On race day Amon took the lead at the start, and at last it looked as though F1’s unluckiest man was finally going to enjoy his long-awaited first grand prix win. Precise, smooth, and flawlessly fast, he guided his Matra through the rugged terrain into a commanding lead. Then – disaster – he suffered a left-front tyre puncture, another victim of the volcanic debris all around, which earlier in the same race had been kicked up by either Ronnie Peterson’s March 721G or Emerson Fittipaldi’s Lotus 72D (reports vary) into the face of BRM driver Helmut Marko, blinding his left eye and ending his career from a driving point of view – but not from a racing point of view, for, now, 53 years later, he remains a major figure in F1, one of the most influential people within Red Bull’s F1 hierarchy, perhaps even the most influential.
But I digress, so let’s go back to the 1972 French Grand Prix, and to Amon. Having spent almost a minute in the pits having his left-front wheel changed, he found himself in eighth place, and now he began to attack the fearsome circuit as never before. Lap after lap he lowered the course record, leaving it at 2min 53.4sec, where it remains, passing car after car on a daunting and tortuous circuit into whose many serpentine curves overtaking had always been regarded as prohibitively difficult. Although that damnable puncture would steal away any chance of a win, it could not dim the majesty of his charge, for he clawed his way back to third place. In the savage and mountainous amphitheatre of Charade, amid volcanic V12 echoes and the stench of scorched Goodyears, he etched one of his finest drives into the mythos of motor racing – a ghost of a victory, perhaps, but a triumph of talent, courage, determination, and sublime control on one of the most demanding stages of F1’s glorious history.
In his Motor Sport report, Jenks wrote: “As Stewart cruised home to a well judged and cautious victory, there were cries of ‘Bravo!’ But when Amon arrived in third place, still going like the veritable hammers of hell, there was a thunderous roar of applause, and the hillsides, and even the pits, vibrated with enthusiastic appreciation for the drive of the year. With only third place to his credit, after looking like a certain winner, Amon nevertheless stood higher in everyone’s estimation than if he had won the race. As one newspaper headline put it: ‘Bravo Stewart, but thank you Amon’.”

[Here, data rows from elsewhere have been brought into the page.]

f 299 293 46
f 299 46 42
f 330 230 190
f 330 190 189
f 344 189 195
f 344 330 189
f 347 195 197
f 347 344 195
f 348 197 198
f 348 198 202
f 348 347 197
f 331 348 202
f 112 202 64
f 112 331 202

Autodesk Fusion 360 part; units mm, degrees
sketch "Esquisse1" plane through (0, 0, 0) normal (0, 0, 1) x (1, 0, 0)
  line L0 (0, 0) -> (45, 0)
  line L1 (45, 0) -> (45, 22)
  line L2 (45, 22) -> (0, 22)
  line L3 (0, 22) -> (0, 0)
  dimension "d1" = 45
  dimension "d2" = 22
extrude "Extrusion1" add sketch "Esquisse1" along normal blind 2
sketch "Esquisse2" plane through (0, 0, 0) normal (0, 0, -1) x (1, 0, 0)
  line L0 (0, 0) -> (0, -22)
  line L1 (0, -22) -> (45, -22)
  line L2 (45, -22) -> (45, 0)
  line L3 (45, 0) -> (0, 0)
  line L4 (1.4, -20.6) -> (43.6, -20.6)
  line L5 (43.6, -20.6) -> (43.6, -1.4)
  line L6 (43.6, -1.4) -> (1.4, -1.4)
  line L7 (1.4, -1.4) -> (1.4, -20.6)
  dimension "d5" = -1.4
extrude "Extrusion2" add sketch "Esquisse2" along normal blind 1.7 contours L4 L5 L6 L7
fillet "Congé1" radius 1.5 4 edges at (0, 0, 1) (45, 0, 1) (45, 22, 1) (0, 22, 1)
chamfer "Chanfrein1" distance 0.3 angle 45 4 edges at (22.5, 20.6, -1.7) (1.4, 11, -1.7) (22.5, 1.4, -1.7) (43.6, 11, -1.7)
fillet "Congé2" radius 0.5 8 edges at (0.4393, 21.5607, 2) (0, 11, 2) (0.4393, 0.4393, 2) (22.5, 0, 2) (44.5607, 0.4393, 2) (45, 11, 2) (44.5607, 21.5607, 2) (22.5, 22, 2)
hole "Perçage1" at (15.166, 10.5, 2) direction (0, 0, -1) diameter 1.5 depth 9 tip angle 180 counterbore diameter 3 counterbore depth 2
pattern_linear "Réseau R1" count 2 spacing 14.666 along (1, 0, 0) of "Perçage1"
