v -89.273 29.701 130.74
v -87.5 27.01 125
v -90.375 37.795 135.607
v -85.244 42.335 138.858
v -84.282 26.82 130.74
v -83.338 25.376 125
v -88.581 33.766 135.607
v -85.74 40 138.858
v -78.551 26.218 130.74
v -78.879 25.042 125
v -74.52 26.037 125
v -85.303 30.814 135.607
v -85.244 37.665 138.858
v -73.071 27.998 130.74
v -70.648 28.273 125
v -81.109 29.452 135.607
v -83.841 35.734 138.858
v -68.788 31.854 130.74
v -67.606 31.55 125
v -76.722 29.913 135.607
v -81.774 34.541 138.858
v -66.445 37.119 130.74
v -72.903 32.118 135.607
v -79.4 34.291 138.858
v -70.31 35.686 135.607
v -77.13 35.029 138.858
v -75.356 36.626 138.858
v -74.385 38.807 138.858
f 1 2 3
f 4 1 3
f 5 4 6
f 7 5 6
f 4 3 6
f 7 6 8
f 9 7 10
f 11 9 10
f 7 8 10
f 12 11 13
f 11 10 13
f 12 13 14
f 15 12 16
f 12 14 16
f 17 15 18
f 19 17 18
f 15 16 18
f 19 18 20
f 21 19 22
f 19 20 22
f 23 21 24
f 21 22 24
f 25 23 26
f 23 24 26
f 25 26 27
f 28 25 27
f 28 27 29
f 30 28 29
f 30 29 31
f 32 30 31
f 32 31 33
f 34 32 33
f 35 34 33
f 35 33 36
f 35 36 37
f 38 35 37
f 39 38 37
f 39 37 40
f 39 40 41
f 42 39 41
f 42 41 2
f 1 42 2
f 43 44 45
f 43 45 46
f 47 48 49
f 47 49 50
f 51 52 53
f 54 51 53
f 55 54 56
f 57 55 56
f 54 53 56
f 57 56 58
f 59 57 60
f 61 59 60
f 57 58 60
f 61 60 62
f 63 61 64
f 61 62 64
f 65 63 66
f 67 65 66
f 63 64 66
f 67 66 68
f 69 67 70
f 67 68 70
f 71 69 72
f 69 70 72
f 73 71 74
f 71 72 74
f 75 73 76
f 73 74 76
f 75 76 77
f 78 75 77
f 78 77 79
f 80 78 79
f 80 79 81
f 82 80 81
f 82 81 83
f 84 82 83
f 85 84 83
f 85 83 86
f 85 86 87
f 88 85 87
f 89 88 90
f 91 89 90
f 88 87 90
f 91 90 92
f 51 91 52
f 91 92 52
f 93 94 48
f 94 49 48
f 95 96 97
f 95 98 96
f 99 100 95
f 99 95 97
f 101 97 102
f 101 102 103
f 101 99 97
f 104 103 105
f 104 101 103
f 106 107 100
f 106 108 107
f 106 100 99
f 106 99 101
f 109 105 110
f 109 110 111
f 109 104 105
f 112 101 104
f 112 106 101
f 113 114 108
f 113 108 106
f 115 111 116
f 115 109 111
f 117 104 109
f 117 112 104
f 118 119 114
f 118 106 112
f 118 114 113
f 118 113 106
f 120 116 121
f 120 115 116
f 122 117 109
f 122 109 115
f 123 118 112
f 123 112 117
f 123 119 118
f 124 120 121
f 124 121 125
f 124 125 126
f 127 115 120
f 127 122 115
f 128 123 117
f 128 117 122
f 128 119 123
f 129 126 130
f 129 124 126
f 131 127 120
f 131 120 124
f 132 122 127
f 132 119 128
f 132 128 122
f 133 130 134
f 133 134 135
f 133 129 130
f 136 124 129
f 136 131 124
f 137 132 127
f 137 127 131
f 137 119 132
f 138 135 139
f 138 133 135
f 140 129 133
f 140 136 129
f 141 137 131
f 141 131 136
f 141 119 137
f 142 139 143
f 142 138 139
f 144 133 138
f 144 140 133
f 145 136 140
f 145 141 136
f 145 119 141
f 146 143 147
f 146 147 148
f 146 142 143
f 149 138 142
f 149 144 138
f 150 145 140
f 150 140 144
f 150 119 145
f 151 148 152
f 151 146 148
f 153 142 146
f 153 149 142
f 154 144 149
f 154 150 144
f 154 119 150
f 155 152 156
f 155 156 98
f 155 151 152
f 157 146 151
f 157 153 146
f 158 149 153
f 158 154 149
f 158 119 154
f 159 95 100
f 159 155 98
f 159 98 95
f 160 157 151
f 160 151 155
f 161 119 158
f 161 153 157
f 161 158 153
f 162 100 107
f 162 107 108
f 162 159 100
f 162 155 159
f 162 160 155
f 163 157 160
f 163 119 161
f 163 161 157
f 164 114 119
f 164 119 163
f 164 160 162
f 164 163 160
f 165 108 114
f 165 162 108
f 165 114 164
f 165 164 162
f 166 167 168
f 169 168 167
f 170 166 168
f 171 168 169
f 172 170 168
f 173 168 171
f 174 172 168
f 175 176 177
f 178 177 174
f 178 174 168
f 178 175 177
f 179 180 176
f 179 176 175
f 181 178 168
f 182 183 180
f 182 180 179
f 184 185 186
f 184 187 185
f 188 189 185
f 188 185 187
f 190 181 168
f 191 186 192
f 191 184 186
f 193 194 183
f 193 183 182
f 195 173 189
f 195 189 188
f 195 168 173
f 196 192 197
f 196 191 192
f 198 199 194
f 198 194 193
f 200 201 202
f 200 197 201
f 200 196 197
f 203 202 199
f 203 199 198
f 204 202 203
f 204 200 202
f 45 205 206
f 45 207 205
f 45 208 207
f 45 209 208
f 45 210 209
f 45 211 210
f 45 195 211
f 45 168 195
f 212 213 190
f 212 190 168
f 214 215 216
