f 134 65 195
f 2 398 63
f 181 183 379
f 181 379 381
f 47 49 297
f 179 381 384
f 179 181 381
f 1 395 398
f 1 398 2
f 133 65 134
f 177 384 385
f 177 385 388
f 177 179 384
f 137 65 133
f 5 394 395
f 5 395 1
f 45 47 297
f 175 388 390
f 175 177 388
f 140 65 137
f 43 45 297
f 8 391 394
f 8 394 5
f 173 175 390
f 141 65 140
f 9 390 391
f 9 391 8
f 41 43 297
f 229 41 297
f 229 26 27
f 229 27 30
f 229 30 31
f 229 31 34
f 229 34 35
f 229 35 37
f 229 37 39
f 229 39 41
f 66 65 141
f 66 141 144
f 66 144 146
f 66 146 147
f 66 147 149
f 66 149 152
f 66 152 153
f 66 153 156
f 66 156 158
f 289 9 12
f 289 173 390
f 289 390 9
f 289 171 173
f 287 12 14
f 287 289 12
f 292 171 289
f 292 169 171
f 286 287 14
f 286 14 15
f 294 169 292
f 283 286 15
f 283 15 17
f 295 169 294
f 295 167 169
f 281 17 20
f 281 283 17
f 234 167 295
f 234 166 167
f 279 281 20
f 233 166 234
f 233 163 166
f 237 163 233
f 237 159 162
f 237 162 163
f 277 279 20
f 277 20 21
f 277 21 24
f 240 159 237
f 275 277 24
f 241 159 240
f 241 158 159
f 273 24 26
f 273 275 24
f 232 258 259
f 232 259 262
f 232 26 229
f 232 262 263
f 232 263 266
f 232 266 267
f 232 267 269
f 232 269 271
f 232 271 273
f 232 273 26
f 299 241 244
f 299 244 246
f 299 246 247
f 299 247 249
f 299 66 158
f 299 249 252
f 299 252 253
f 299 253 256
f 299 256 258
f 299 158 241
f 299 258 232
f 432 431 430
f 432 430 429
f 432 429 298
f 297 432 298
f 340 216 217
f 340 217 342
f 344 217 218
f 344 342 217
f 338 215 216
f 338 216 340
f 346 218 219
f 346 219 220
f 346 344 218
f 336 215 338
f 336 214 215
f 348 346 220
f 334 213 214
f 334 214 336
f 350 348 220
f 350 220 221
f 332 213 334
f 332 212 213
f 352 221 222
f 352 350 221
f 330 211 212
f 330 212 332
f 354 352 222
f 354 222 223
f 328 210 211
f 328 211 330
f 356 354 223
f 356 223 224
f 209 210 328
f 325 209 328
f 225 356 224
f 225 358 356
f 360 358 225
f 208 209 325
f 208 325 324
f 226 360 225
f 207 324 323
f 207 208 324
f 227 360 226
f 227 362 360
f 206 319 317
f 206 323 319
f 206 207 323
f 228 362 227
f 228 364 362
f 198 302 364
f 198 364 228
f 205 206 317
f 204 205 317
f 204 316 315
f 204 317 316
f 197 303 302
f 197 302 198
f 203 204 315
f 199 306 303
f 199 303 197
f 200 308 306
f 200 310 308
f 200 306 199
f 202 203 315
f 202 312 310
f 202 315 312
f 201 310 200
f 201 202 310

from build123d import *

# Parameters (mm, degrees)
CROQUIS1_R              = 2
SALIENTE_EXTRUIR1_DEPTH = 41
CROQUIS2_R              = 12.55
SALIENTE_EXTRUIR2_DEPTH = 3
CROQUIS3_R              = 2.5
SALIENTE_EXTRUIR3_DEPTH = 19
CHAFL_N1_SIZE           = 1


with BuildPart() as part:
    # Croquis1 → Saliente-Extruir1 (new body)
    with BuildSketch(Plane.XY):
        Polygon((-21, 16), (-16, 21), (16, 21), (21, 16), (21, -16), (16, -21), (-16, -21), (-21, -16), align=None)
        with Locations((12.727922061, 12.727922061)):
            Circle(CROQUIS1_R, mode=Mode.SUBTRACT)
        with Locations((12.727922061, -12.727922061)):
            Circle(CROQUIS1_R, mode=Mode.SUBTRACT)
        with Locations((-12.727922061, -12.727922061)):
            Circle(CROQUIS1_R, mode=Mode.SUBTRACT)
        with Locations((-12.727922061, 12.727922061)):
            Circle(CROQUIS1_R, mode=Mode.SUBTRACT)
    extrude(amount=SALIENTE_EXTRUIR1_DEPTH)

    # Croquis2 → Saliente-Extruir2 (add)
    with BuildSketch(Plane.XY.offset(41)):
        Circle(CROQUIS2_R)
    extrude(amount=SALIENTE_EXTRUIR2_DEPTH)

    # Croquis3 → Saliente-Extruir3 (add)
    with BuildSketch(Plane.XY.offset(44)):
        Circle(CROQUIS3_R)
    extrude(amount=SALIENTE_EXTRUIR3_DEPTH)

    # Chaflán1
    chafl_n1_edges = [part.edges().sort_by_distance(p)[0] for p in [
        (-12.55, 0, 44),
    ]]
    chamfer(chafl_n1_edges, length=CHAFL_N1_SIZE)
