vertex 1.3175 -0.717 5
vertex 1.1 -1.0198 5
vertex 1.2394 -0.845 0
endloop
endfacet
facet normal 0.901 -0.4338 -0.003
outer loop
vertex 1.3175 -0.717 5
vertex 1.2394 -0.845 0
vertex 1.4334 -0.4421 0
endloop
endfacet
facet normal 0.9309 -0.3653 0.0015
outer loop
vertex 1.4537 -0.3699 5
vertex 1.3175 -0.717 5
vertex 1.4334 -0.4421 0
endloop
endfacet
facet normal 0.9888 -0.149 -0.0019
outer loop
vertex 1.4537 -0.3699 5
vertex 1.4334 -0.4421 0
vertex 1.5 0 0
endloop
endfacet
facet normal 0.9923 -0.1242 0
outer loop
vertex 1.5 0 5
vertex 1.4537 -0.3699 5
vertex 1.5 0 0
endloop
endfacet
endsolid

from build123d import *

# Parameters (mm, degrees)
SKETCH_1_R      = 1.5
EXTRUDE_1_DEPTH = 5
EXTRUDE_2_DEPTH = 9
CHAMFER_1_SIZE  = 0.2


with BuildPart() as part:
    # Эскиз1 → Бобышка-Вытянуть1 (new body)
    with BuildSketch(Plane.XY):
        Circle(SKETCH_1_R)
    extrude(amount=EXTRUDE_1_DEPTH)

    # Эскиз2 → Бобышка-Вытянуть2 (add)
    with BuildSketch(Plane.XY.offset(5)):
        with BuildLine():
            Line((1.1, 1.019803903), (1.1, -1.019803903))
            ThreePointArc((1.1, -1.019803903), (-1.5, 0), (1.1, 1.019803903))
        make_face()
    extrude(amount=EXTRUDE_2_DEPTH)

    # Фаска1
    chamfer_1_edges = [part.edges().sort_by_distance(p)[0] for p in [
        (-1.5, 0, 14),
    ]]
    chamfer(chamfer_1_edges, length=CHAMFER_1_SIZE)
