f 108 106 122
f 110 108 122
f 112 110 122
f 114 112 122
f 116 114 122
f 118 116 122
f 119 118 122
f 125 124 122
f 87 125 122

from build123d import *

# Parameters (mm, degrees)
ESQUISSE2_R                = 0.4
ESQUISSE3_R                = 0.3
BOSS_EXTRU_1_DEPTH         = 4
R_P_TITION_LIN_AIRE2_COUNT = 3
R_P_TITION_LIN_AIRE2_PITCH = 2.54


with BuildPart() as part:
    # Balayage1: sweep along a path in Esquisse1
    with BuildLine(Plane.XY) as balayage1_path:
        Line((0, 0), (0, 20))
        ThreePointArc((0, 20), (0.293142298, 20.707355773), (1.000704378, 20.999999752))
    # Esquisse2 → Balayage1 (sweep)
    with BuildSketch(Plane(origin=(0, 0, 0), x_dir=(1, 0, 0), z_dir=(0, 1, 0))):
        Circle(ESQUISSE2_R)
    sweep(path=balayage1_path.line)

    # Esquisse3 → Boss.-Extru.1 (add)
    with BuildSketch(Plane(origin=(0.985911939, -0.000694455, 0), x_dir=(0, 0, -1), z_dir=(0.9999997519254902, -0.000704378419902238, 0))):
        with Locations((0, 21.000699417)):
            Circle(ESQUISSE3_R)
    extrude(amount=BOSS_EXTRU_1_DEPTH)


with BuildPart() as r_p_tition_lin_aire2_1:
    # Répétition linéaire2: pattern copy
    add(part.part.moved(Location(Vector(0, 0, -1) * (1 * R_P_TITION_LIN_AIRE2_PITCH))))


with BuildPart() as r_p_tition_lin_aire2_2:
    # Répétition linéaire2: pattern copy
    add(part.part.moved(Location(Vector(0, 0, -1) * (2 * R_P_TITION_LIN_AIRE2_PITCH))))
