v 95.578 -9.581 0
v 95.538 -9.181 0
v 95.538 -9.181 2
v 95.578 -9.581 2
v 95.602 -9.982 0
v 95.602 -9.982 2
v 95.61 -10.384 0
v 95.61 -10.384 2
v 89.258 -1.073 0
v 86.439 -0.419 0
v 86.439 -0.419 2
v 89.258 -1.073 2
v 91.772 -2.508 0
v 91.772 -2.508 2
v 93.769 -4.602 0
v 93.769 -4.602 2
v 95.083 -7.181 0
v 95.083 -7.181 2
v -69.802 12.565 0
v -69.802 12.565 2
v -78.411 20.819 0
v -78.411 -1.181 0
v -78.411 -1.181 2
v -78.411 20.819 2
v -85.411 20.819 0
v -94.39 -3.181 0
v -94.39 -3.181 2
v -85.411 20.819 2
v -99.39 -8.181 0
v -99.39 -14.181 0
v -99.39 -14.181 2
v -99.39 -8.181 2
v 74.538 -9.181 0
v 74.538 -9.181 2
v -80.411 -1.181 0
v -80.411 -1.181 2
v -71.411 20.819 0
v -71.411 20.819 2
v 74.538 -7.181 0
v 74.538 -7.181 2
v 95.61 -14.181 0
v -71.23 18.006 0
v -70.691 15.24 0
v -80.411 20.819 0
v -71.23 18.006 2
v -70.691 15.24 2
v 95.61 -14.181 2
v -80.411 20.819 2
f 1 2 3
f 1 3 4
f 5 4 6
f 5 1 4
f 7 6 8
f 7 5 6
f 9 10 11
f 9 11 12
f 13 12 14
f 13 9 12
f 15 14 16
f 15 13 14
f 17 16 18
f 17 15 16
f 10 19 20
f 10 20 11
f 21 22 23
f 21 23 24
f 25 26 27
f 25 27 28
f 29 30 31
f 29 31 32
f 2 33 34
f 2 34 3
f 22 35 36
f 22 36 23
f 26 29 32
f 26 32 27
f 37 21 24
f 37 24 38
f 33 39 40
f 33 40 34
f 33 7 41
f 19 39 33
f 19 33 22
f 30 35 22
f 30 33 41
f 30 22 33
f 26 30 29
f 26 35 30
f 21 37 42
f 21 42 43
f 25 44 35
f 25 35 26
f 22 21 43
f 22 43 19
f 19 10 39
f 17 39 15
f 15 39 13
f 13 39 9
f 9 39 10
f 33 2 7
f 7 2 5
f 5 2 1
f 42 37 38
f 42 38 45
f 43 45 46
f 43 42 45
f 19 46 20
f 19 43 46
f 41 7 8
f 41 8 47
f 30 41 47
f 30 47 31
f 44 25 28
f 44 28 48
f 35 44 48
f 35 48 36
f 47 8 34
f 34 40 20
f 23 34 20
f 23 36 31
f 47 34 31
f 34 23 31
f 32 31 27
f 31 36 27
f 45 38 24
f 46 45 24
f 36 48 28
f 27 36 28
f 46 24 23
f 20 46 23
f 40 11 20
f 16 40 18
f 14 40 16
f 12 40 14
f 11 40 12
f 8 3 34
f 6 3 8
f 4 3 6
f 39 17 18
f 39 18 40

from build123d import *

# Parameters (mm, degrees)
RESSALTO_EXTRUS_O1_DEPTH = 2


with BuildPart() as part:
    # Esboço1 → Ressalto-extrusão1 (new body)
    with BuildSketch(Plane.XY):
        with BuildLine():
            Line((-99.38960786, -14.180843063), (-99.38960786, -8.180843063))
            Line((-99.38960786, -8.180843063), (-94.38960786, -3.180843063))
            Line((-94.38960786, -3.180843063), (-85.410682211, 20.819156937))
            Line((-85.410682211, 20.819156937), (-80.410682211, 20.819156937))
            Line((-80.410682211, 20.819156937), (-80.410682211, -1.180843063))
            Line((-80.410682211, -1.180843063), (-78.410682211, -1.180843063))
            Line((-78.410682211, -1.180843063), (-78.410682211, 20.819156937))
            Line((-78.410682211, 20.819156937), (-71.410682211, 20.819156937))
            ThreePointArc((-71.410682211, 20.819156937), (-71.004691587, 16.614538042), (-69.801720857, 12.565277632))
            Line((-69.801720857, 12.565277632), (86.438560019, -0.41864307))
            ThreePointArc((86.438560019, -0.41864307), (91.771593682, -2.507769172), (95.083402302, -7.180843063))
            Line((95.083402302, -7.180843063), (74.537713689, -7.180843063))
            Line((74.537713689, -7.180843063), (74.537713689, -9.180843063))
            Line((74.537713689, -9.180843063), (95.537713689, -9.180843063))
            ThreePointArc((95.537713689, -9.180843063), (95.59220599, -9.781470716), (95.61039214, -10.384290965))
            Line((95.61039214, -10.384290965), (95.61039214, -14.180843063))
            Line((95.61039214, -14.180843063), (-99.38960786, -14.180843063))
        make_face()
    extrude(amount=RESSALTO_EXTRUS_O1_DEPTH)


solid = part.part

Chapeau for Amon’s fearless drive in 1972
Bernard Cahier/Getty Images
A new Circuit de Charade was opened in 1989, and it is now a permanent venue, used mainly for track days and historic racing. Measuring 2.469 miles (3.975km) in length, it is a shadow of its former self. However, just over half of the original circuit is still in use as public roads, and on a summer holiday in 1991 I tackled it in a 1986 Nissan Sunny 1.5SGL (my own, which I had been using for minicabbing in London). No, it was not the right car for the task. No, I was not particularly quick. But, yes, I absolutely loved it. You would, too. Put Charade on your bucket list, drive from wherever you live to Clermont-Ferrand, and give it a go some time.